L’opération de révision exceptionnelle des listes électorales commencée le 22 septembre dernier a été clôturée le dimanche 6 octobre, conformément au décret présidentiel portant convocation du corps électoral en vue de l’élection du président de la République devant se tenir le 12 décembre prochain, a annoncé l’APS.

Or, l’Autorité nationale indépendante des élections (ANIE), présidée par Mohamed Charfi, censée mener à terme cette opération, n’est pas encore installée au niveau de toutes les localités !

Il avait relevé que l’instance qu’il préside jouit des critères d’autonomie et de compétence et exercera les prérogatives héritées des ministères de l’Intérieur, des Affaires étrangères et de la Justice concernant les élections. Dans ce cadre, quelque 500 000 agents encadreront le scrutin présidentiel sous son autorité directe, avait-il précisé. Les bureaux de la commission chargée de la révision des listes des élections au niveau des communes étaient, ainsi, ouverts tous les jours de la semaine, de 9h00 à 16h30, à l’exception du vendredi, a-t-on déclaré à l’APS.
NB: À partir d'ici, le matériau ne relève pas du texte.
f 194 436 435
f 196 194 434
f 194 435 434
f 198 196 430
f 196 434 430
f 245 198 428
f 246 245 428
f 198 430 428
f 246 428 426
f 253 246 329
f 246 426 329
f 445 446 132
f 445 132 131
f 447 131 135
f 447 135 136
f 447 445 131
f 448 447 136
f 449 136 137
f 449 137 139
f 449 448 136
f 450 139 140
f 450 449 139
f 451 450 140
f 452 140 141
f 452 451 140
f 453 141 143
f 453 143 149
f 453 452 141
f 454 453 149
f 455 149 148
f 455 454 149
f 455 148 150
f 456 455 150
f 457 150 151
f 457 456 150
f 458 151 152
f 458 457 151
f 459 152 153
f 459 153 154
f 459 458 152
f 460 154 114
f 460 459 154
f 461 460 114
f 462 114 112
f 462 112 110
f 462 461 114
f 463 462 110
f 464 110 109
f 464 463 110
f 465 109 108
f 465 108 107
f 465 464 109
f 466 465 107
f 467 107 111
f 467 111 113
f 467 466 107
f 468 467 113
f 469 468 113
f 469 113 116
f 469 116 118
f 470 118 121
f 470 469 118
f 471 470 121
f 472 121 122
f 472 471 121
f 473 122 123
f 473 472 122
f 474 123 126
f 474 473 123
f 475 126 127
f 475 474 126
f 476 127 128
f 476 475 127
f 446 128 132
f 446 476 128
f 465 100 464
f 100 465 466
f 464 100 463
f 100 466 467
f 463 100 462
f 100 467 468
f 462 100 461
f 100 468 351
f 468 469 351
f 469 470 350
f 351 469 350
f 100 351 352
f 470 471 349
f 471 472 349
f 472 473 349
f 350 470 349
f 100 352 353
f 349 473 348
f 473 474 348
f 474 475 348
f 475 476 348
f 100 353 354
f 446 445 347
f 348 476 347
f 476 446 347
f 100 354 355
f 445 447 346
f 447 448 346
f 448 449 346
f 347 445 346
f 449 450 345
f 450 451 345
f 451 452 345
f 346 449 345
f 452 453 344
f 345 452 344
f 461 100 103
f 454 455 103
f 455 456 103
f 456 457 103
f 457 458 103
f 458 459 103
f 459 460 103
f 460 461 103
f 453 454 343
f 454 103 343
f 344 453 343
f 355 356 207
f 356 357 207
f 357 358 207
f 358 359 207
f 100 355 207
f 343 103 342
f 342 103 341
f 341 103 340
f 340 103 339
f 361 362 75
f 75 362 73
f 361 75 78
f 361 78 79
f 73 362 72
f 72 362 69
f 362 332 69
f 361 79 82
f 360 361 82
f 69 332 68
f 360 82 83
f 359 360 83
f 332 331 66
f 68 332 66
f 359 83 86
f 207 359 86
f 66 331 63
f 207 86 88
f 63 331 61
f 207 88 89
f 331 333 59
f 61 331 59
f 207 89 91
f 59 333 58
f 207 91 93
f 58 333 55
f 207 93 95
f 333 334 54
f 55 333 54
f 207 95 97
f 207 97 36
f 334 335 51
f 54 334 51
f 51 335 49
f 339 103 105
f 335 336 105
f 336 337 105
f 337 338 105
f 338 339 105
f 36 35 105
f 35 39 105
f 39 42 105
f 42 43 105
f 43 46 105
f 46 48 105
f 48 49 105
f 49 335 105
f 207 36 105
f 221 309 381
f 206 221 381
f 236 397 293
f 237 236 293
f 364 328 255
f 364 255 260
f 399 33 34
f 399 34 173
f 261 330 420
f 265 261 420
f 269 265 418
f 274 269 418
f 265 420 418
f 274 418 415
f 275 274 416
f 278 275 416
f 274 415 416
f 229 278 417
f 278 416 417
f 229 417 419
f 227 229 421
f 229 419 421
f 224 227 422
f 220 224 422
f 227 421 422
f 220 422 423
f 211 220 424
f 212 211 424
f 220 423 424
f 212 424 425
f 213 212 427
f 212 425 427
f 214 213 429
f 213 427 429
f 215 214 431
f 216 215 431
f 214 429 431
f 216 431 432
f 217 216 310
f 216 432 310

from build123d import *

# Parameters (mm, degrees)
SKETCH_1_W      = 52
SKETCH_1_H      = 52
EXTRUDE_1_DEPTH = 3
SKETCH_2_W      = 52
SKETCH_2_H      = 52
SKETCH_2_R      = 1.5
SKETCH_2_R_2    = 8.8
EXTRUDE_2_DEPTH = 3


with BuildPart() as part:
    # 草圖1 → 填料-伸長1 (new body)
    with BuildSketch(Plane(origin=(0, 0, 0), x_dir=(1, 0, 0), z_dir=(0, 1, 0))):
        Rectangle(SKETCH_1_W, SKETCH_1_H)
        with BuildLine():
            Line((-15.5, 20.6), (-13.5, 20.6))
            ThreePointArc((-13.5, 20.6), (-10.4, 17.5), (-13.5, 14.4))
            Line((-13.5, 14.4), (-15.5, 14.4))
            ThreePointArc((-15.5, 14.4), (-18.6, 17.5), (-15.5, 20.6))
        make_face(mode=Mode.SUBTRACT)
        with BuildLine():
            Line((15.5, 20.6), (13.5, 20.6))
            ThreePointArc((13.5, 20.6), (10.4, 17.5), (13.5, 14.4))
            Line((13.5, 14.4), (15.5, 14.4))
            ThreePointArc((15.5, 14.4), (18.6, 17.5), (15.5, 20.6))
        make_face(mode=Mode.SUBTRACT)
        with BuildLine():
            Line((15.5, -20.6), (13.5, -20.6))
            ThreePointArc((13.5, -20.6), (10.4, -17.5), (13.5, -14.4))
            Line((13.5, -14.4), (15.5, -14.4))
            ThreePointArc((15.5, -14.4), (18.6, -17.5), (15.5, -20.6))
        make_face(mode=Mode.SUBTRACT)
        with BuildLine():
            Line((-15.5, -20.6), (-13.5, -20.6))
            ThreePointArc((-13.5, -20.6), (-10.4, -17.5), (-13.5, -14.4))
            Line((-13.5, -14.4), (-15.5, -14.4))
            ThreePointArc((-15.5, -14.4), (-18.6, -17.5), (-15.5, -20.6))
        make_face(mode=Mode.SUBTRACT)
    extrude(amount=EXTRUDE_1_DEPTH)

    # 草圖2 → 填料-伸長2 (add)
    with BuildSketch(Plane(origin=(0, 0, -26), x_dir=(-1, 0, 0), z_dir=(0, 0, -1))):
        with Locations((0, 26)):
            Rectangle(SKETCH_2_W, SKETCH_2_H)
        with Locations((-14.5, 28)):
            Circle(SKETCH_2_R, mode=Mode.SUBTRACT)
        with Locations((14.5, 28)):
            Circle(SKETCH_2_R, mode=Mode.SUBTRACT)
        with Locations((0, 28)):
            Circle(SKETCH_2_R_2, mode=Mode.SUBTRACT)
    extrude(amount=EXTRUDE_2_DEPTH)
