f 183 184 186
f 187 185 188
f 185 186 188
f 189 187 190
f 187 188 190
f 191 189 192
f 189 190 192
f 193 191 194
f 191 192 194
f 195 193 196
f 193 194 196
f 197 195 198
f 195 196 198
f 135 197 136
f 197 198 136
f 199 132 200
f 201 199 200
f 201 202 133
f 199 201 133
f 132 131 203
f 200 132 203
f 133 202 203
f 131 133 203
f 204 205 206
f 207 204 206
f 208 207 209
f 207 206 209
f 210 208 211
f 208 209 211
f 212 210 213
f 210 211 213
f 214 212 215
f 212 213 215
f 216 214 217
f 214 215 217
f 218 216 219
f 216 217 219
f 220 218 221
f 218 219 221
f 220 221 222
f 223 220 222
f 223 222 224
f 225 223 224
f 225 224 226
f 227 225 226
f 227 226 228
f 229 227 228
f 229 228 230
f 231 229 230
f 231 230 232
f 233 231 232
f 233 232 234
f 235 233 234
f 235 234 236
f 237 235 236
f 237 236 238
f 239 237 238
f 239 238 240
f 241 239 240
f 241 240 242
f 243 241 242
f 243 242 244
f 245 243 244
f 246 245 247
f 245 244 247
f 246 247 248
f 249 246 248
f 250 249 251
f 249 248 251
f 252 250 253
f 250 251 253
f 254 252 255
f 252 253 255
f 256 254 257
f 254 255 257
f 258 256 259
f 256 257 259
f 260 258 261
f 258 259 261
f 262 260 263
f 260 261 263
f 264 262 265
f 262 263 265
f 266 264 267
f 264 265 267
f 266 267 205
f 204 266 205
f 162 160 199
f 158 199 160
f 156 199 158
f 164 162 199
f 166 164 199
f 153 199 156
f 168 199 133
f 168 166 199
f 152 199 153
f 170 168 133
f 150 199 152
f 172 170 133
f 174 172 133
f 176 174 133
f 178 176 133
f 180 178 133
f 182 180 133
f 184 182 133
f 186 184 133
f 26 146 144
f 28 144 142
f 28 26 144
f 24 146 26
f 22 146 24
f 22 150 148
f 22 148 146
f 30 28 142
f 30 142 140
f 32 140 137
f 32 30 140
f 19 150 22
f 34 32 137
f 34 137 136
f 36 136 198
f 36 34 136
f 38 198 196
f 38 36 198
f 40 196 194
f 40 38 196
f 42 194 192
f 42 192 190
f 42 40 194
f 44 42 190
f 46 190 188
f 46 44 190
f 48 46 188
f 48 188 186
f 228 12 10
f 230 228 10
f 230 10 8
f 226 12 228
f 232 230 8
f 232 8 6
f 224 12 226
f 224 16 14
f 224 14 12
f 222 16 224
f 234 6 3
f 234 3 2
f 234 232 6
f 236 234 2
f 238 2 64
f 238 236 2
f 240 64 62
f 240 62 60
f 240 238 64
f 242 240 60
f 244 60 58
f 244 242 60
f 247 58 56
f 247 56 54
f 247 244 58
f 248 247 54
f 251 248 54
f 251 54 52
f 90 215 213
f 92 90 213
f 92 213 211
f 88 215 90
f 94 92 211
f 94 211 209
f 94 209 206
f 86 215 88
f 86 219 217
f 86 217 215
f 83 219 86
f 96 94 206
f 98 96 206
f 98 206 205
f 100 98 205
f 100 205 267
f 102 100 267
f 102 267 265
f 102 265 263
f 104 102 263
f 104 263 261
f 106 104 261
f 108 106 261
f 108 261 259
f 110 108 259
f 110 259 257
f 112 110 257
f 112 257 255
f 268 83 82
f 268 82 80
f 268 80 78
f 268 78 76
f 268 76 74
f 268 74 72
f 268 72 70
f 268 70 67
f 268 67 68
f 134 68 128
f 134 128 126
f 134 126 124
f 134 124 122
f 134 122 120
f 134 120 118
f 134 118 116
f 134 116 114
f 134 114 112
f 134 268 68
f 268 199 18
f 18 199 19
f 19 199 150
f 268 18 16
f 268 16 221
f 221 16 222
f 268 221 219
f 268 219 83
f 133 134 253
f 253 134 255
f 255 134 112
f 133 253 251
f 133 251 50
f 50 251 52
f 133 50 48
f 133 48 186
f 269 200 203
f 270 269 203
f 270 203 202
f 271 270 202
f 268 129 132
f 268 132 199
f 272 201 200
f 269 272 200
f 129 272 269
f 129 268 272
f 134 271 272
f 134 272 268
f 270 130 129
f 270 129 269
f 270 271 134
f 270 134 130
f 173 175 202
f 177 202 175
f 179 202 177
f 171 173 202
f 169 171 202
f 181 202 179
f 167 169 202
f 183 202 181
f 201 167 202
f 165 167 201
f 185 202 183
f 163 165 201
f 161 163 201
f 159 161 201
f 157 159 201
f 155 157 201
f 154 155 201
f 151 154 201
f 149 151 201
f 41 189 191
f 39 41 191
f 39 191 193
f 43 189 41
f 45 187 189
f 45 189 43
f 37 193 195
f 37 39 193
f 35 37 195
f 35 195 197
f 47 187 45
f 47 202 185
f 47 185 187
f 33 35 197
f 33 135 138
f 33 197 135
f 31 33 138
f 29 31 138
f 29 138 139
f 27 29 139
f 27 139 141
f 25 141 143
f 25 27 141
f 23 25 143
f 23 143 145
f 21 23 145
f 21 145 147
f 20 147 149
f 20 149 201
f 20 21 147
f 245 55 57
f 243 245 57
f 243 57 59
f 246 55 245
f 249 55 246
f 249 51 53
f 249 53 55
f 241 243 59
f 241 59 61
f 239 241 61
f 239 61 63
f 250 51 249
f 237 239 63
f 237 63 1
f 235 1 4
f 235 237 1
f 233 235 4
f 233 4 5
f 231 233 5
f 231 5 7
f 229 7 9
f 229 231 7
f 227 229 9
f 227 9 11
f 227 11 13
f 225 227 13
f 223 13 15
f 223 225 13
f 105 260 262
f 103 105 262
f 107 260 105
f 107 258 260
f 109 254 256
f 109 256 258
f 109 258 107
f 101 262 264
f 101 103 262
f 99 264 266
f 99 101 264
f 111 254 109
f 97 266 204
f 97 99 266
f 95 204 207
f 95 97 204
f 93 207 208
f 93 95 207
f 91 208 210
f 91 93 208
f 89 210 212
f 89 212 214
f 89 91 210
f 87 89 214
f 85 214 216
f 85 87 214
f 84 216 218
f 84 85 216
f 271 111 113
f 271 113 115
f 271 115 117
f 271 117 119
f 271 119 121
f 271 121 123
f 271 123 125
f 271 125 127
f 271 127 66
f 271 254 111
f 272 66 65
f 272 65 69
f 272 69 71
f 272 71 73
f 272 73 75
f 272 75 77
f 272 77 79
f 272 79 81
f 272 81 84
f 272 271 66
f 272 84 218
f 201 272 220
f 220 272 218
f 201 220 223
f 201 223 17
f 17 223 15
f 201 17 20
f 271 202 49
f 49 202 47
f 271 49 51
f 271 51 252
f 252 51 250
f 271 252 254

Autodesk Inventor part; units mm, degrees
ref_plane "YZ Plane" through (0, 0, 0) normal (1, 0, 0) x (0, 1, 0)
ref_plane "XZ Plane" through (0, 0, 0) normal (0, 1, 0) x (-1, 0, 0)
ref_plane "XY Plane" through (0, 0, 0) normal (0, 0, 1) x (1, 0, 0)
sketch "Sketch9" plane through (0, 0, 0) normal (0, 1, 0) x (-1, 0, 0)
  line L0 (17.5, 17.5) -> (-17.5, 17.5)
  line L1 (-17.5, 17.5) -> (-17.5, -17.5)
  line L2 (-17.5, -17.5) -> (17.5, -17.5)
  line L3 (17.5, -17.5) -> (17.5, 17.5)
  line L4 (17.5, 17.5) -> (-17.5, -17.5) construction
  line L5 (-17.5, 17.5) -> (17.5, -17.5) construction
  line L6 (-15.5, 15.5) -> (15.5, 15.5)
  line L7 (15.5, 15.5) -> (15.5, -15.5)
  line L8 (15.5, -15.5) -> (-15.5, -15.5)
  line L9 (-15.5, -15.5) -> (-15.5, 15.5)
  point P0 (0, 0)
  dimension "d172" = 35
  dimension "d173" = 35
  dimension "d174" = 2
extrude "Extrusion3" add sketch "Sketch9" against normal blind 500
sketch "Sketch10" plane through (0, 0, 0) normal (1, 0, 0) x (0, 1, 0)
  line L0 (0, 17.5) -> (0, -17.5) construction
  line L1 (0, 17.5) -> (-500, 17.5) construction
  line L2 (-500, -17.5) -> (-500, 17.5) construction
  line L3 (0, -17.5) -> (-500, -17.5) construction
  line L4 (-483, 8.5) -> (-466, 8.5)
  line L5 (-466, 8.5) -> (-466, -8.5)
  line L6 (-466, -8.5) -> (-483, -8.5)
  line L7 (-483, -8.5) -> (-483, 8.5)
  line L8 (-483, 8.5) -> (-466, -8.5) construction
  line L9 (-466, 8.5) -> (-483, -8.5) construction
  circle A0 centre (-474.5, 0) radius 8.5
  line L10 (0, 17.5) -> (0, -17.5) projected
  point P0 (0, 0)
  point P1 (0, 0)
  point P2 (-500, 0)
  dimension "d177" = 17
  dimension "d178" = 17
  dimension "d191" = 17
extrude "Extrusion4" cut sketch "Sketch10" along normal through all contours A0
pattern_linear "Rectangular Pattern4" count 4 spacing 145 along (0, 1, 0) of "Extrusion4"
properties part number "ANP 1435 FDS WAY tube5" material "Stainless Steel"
Pourtant, jusqu’à présent, aucune commission n’a été installée au niveau des communes en Kabylie, par exemple ! Comment est-ce possible que l’instance de Charfi ait finalisé la révision des listes électorales dans cette région sans le concours du ministère de l’Intérieur, organisateur de la fraude, et ses démembrements locaux ?

Mais qu’à cela ne tienne, le président de l’Autorité nationale indépendante des élections, M. Charfi, avait affirmé dans de précédentes déclarations que les procédures adoptées et le système informatique utilisé pour la surveillance et l’assainissement des listes du corps électoral rendent « impossible » la fraude, assurant que la présidentielle se déroulera en toute transparence.